Mitigation of Wind-Induced Vibration of Stay Cables: Numerical Simulations and Evaluations

CHAPTER 1: INTRODUCTION

Cable-stayed bridges, with their high cost efficiency and unique aesthetic features, have firmly established their position for use in medium-to-long-span bridges. The engineering principles of stay cables were originally borrowed from the suspension cables and post-tensioning technology. However, recent advances in materials engineering, construction technology, and analytical capabilities further accelerated the adoption of cable-stayed bridges as the desired structural form. The range of span length for cable-stayed bridges has been expanded in either direction, being increasingly shorter and increasingly longer.

Stay cables are laterally flexible members with low fundamental frequency and limited inherent damping. Without additional damping from external sources, stay cables are susceptible to large amplitude oscillations due to excitations from wind and rain/wind combined action as well as during construction.⁽²⁾ Cumulative fatigue damage to the cable assemblies resulting from such vibrations has become an important issue and has led to the incorporation of some mitigation measures such as surface modifications, cable crossties, and external dampers into the design of stay cables.

A substantial amount of research on this subject had been conducted by researchers from academia, consulting firms, and cable suppliers in the United States and abroad. A recent research study under the coordination of the Federal Highway Administration investigated the wind-induced vibration of stay cables.⁽³⁾ The objective of the study was to develop a set of uniform design guidelines for vibration mitigation of stay cables.

A series of wind tunnel tests and analytical studies were conducted, and relevant databases were generated. The wind tunnel tests were conducted to study different mechanisms of wind-induced vibration of stay cables, and two databases covered the reference materials retrieved from available literature and the inventory of U.S. cable-stayed bridges, respectively. Researchers developed theories and conducted an analysis of the behavior of cable crossties and external dampers in the context of vibration mitigation of stay cables.

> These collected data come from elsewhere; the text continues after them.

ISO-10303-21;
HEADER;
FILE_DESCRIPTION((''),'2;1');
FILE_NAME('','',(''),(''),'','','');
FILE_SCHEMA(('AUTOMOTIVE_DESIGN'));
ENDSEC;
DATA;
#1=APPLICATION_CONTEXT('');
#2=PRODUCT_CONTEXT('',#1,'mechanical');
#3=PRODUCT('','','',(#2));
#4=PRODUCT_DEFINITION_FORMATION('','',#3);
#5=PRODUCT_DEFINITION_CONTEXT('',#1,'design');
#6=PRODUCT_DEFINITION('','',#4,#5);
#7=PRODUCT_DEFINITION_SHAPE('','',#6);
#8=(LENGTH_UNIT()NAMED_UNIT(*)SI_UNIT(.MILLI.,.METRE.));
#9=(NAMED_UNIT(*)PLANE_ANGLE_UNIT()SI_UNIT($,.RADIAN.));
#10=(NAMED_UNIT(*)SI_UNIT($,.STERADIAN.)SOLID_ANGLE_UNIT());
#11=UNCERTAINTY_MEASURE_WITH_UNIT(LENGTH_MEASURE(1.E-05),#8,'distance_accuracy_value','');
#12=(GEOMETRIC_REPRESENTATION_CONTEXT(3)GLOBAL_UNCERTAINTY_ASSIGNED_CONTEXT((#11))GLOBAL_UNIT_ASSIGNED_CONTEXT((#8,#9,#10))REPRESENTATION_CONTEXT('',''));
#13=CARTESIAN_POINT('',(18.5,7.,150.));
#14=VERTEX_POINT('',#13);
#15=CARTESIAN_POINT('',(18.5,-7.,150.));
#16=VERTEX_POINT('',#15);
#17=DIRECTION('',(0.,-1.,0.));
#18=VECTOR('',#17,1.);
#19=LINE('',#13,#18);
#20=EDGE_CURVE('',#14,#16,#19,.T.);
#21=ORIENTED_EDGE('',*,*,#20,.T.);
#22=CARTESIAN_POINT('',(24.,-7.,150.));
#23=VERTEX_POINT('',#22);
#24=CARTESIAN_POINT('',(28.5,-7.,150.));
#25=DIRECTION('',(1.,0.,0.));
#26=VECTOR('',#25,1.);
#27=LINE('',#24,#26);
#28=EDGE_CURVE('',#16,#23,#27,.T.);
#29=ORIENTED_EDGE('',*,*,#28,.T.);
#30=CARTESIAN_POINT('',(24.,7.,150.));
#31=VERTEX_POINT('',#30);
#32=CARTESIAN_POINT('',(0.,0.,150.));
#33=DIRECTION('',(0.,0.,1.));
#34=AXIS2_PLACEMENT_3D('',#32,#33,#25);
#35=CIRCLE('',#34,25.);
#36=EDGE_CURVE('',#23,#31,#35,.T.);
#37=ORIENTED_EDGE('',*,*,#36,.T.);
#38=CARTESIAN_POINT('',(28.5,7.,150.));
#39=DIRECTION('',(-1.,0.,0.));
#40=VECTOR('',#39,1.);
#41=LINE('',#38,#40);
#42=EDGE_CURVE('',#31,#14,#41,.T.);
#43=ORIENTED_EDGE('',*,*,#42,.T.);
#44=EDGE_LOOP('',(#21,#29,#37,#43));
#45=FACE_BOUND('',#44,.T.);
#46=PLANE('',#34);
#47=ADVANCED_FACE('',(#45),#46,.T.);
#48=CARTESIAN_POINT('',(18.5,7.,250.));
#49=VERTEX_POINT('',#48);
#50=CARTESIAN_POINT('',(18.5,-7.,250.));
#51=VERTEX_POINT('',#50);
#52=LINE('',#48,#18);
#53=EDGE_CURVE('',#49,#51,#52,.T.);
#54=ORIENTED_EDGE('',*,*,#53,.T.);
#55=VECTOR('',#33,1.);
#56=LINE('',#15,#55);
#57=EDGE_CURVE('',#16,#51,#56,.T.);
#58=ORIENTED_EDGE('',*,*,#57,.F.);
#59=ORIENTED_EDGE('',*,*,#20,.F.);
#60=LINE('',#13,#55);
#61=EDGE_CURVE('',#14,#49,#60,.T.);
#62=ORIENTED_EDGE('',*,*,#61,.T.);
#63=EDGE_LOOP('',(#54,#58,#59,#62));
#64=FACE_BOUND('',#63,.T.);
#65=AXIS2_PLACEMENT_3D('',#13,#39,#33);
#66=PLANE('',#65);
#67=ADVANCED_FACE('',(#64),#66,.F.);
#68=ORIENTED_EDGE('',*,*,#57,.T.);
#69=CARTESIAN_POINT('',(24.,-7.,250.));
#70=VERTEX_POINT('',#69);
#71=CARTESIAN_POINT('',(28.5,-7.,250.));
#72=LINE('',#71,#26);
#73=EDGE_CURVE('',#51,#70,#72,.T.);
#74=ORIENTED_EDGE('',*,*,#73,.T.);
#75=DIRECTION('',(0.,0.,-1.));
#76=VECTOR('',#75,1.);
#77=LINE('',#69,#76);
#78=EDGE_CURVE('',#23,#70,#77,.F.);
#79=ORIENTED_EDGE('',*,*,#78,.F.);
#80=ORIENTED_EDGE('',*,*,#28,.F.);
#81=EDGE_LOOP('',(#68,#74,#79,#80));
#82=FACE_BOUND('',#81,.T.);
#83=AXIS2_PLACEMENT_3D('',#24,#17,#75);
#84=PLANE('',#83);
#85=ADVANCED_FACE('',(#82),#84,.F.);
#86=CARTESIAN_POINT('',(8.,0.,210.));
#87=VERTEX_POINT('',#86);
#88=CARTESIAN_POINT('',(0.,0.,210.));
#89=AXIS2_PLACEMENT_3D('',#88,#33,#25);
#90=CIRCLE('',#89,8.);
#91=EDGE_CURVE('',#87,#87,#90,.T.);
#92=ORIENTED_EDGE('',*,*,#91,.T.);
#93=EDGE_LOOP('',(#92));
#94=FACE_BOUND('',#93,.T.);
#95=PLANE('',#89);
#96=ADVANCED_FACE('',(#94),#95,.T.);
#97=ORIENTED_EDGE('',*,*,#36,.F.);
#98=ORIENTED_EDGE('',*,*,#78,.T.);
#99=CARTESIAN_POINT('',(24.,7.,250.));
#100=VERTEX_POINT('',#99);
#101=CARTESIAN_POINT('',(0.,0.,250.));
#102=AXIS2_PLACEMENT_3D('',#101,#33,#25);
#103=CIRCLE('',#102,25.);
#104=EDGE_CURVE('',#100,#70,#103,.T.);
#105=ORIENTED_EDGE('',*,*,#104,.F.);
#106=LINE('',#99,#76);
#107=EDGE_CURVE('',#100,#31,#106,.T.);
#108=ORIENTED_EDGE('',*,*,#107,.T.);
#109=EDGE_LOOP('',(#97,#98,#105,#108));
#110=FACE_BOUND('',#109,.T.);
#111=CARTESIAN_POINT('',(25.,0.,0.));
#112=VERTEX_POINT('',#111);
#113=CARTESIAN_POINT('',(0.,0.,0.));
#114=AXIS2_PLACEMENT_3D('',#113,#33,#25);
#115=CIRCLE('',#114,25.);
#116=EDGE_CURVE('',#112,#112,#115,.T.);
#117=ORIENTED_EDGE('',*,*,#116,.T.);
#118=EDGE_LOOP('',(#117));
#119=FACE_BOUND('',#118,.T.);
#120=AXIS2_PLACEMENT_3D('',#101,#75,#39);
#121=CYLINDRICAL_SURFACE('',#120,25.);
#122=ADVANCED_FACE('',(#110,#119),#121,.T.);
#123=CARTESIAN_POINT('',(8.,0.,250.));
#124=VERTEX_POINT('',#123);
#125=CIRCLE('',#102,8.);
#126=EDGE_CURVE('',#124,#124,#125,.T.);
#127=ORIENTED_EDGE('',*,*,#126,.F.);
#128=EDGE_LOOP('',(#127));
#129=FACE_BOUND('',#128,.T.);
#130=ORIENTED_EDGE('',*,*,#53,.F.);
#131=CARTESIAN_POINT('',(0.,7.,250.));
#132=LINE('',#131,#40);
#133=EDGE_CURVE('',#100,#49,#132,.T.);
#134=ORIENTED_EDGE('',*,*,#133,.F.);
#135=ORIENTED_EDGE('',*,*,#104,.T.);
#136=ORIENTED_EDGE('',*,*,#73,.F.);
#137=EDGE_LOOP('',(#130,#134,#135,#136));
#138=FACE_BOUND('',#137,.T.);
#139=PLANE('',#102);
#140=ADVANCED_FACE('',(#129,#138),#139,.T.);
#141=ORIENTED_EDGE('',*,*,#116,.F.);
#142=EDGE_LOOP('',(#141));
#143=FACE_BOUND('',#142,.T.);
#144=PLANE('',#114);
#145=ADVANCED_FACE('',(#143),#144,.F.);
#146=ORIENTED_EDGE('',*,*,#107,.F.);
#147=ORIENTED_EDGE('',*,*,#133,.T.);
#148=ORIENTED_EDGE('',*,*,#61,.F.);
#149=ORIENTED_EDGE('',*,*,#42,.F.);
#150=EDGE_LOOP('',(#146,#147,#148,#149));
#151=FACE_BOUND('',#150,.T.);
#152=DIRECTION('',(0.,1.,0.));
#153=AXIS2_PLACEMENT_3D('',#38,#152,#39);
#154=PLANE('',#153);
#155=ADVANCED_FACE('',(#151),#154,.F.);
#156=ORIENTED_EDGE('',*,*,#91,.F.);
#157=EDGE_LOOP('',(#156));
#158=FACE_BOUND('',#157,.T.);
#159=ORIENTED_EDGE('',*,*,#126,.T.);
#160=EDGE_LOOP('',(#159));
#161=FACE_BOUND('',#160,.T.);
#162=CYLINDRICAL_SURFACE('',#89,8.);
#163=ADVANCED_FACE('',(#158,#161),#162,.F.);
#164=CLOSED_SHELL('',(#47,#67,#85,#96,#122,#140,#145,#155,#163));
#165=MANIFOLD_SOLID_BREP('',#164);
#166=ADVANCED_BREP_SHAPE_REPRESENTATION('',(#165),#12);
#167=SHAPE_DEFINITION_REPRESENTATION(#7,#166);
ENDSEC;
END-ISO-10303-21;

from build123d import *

# Parameters (mm, degrees)
SKETCH_1_R          = 25
EXTRUDE_1_DEPTH     = 250
SKETCH_2_W          = 14
SKETCH_2_H          = 10
CUT_EXTRUDE_1_DEPTH = 100
SKETCH_3_R          = 8
CUT_EXTRUDE_2_DEPTH = 40


with BuildPart() as part:
    # 草图1 → 凸台-拉伸1 (new body)
    with BuildSketch(Plane(origin=(0, 0, 0), x_dir=(0, -1, 0), z_dir=(0, 0, 1))):
        with Locations(Location((0, 0, 0), (0, 0, 90))):
            Circle(SKETCH_1_R)
    extrude(amount=EXTRUDE_1_DEPTH)

    # 草图2 → 切除-拉伸1 (cut)
    with BuildSketch(Plane(origin=(0, 0, 250), x_dir=(0, -1, 0), z_dir=(0, 0, 1))):
        with Locations((0, 23.5)):
            Rectangle(SKETCH_2_W, SKETCH_2_H)
    extrude(amount=-CUT_EXTRUDE_1_DEPTH, mode=Mode.SUBTRACT)

    # 草图3 → 切除-拉伸2 (cut)
    with BuildSketch(Plane.XY.offset(250)):
        Circle(SKETCH_3_R)
    extrude(amount=-CUT_EXTRUDE_2_DEPTH, mode=Mode.SUBTRACT)


solid = part.part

Useful new theories were developed, and some existing theories were extended dealing with linear and nonlinear viscous dampers and cable crossties. The theories were validated, and the effectiveness of mitigation measures was demonstrated via comparison with field measurements on several U.S. cable-stayed bridges. Based on the findings and information from the study, some tentative design guidelines were proposed for mitigation of wind-induced stay cable vibrations.

However, some of the analytical procedures developed from this study are complicated and may not be suitable for routine use by engineers in designing mitigation measures. Also, the study did not include explicit simulations of the behavior of stay cable systems subjected to realistic wind events when the cable systems are equipped with different types of mitigation measures. The free-vibration analysis method developed from the study offers useful insight into the mode-frequency behavior of stay cable systems networked with crossties; however, an explicit time-history analysis would be necessary to verify the implications derived from such an analysis.

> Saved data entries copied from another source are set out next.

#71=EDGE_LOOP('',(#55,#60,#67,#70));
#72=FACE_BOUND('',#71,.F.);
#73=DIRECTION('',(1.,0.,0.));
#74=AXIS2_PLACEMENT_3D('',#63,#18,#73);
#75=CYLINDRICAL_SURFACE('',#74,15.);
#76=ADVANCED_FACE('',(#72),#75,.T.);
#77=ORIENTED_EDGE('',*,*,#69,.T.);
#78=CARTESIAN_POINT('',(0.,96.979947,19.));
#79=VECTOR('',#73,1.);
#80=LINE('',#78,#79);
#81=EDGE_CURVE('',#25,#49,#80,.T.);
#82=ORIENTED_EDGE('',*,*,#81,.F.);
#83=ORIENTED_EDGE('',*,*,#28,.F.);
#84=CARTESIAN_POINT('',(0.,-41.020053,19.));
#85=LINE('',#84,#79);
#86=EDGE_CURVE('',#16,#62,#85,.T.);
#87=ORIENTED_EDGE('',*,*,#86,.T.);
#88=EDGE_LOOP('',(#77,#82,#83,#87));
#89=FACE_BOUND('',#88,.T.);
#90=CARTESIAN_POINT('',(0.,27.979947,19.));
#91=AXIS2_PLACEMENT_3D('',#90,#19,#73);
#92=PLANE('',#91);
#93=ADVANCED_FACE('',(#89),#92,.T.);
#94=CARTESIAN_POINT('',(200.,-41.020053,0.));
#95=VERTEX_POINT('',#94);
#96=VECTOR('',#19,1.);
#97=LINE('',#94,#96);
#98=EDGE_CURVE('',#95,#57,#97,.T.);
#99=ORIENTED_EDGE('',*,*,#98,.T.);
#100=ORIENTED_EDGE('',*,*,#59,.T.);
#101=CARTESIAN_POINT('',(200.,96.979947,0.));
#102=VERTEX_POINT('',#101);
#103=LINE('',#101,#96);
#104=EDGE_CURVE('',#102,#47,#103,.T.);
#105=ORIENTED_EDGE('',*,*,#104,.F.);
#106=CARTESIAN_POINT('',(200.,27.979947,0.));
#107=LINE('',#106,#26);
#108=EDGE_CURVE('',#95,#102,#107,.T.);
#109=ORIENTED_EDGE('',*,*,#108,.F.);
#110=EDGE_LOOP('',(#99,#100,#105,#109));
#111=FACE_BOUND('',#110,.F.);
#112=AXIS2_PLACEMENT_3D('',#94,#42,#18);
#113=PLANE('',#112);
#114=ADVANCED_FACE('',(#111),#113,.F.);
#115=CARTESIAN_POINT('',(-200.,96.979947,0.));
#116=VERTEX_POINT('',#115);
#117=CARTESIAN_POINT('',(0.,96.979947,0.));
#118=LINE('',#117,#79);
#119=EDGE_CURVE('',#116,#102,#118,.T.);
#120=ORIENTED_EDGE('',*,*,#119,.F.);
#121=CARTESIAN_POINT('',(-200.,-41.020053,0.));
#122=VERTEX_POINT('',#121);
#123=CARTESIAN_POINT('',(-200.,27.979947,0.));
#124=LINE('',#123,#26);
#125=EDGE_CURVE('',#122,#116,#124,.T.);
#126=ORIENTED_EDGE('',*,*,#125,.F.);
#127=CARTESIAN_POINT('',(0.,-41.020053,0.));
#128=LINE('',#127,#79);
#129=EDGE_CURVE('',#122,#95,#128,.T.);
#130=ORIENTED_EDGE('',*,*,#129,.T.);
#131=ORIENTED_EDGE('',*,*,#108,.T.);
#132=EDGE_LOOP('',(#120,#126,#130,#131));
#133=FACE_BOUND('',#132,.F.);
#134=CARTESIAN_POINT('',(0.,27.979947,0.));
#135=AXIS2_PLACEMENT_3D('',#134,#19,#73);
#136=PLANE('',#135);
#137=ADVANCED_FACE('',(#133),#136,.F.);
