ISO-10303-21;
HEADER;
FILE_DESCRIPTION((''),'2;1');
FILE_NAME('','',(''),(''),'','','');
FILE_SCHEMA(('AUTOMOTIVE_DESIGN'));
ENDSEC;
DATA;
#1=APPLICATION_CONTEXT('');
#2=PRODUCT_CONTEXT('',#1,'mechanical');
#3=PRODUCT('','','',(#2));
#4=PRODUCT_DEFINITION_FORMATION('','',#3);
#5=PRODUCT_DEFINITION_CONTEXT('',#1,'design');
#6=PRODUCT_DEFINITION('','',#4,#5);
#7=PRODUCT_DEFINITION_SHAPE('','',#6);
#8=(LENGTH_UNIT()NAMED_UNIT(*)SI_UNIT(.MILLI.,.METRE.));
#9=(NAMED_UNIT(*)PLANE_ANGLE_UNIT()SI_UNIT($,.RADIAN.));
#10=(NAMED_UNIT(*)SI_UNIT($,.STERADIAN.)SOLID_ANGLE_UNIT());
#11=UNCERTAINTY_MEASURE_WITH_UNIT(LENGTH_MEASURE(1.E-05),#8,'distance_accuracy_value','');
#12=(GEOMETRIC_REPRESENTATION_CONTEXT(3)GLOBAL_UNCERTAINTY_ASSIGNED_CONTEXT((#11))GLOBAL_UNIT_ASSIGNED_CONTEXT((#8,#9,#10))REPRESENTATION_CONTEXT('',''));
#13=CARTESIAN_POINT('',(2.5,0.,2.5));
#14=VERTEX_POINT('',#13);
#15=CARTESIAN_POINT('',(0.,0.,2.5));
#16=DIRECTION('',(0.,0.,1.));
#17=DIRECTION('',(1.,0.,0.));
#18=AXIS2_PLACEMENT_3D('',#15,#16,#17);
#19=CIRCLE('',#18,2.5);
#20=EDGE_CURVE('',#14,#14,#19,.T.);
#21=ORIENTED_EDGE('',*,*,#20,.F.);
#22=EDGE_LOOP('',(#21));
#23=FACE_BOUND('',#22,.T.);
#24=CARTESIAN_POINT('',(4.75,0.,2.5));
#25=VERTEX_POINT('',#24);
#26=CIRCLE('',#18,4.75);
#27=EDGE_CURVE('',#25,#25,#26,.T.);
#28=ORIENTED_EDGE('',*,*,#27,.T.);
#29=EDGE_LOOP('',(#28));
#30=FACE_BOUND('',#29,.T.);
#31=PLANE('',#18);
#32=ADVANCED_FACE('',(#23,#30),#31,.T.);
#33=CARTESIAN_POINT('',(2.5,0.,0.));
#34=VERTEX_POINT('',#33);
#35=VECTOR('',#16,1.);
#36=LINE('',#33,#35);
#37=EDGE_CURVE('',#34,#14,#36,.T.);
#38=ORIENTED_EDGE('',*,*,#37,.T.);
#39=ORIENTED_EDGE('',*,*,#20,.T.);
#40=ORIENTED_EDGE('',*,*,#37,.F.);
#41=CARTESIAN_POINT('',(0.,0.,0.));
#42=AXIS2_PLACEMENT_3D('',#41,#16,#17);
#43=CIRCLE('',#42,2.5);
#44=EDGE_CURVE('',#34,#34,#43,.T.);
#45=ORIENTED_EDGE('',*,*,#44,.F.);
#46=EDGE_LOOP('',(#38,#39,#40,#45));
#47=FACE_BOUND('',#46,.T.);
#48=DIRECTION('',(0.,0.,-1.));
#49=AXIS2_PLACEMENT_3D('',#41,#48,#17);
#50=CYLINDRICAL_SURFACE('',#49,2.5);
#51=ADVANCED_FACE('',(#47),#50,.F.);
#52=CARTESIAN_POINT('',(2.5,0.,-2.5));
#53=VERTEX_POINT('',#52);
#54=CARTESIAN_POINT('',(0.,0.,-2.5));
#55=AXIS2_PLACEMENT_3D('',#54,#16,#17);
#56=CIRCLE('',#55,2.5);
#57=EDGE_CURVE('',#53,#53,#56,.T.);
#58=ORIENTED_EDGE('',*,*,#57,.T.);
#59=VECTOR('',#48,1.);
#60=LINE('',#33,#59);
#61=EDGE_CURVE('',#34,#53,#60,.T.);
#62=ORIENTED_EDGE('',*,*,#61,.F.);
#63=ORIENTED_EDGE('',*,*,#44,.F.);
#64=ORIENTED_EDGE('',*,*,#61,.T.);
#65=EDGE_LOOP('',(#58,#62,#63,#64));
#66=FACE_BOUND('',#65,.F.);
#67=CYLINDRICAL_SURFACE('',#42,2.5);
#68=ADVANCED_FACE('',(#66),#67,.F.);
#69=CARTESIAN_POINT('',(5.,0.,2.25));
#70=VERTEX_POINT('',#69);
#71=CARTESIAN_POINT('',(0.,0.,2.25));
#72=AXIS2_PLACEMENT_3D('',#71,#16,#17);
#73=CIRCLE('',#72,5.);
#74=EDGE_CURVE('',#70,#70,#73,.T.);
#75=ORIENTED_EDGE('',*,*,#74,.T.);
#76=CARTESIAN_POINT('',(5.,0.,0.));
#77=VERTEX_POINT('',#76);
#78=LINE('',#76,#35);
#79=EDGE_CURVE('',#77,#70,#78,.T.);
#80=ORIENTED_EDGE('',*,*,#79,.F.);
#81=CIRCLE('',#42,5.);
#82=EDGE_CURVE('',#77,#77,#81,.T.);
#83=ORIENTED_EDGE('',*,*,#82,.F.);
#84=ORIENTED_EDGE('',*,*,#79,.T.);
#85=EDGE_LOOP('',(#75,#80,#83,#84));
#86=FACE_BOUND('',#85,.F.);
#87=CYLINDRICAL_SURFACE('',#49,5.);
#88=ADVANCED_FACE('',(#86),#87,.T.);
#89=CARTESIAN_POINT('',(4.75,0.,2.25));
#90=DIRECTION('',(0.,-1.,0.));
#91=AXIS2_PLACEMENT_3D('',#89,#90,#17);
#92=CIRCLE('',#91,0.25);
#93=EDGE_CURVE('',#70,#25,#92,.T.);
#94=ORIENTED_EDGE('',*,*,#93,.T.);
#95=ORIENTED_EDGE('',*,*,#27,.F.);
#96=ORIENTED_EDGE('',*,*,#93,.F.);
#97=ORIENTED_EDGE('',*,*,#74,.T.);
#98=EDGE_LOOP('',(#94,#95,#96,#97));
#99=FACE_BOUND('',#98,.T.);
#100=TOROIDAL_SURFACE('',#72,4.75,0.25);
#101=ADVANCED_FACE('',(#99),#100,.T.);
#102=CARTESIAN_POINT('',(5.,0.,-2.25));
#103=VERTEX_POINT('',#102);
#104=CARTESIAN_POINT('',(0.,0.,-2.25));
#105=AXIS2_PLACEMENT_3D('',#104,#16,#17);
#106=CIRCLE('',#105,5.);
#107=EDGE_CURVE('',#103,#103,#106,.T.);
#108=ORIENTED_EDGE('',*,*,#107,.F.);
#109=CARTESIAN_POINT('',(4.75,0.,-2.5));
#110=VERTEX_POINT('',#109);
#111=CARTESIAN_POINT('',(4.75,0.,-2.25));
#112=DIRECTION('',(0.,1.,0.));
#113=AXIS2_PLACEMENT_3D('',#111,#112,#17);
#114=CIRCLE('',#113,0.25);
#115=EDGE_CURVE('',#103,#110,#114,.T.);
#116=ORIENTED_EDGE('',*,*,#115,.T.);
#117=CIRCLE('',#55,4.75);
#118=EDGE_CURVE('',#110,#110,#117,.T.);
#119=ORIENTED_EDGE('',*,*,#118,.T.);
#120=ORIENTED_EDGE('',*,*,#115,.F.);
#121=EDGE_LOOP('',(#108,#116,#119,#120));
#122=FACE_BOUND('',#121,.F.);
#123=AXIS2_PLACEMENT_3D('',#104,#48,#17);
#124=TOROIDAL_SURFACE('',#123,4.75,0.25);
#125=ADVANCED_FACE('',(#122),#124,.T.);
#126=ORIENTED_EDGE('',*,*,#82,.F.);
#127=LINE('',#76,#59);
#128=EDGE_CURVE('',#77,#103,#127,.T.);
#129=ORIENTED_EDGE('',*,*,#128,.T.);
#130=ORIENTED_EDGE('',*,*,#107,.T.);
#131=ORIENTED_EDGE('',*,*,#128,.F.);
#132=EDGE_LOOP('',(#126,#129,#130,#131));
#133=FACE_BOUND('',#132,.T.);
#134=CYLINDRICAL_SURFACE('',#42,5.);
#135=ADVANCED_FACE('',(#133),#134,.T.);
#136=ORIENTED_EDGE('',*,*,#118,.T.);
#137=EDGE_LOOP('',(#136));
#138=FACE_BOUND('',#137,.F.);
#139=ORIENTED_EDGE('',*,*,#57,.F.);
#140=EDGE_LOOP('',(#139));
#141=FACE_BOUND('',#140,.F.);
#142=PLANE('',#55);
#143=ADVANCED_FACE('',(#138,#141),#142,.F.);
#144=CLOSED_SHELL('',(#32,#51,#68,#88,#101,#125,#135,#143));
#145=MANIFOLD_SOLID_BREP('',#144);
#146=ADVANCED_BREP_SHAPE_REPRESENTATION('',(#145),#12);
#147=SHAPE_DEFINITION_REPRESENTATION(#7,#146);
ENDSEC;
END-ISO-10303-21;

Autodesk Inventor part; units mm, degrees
ref_plane "YZ Plane" through (0, 0, 0) normal (1, 0, 0) x (0, 1, 0)
ref_plane "XZ Plane" through (0, 0, 0) normal (0, 1, 0) x (-1, 0, 0)
ref_plane "XY Plane" through (0, 0, 0) normal (0, 0, 1) x (1, 0, 0)
sketch "Szkic1" plane through (0, 0, 0) normal (0, 0, 1) x (1, 0, 0)
  circle A0 centre (0, 0) radius 2.5
  circle A1 centre (0, 0) radius 5
  dimension "d0" = 5
  dimension "d1" = 10
extrude "Wyciągnięcie proste1" add sketch "Szkic1" along normal mid plane 5
fillet "Zaokrąglenie1" radius 0.25 2 edges at (-5, 0, 2.5) (-5, 0, -2.5)
properties part number "magnes-N35H" material "Magnez"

This lack of information led to the current follow-up research study to investigate the effectiveness of cable crossties and external dampers in mitigation of wind-induced stay cable vibrations. Explicit numerical simulations of the behavior of stay cable systems, augmented with different types of mitigation measures, were conducted using the finite element method (FEM). Particular emphasis was placed on investigating the effectiveness of different strategies of mitigation involving cable crossties, external dampers, and combinations of the two. Also, the dependence of mitigation effectiveness on input wind conditions was analyzed.

Some existing theories on the vibration of taut strings with different levels of complexity are reviewed in chapter 2 followed by preliminary numerical analysis of stay cable vibrations using simplified models in chapter 3. Also included in chapter 3 is an illustrative application to the Fred Hartman Bridge in Houston, TX, for which analysis conducted by other researchers is available for comparison and benchmarking. The free-vibration and time-history analysis of stay cable systems equipped with crossties are covered in chapters 4 and 5, respectively. Chapters 6 and 7 discuss the time-history analysis of stay cable systems with external dampers and external dampers combined with crossties, respectively.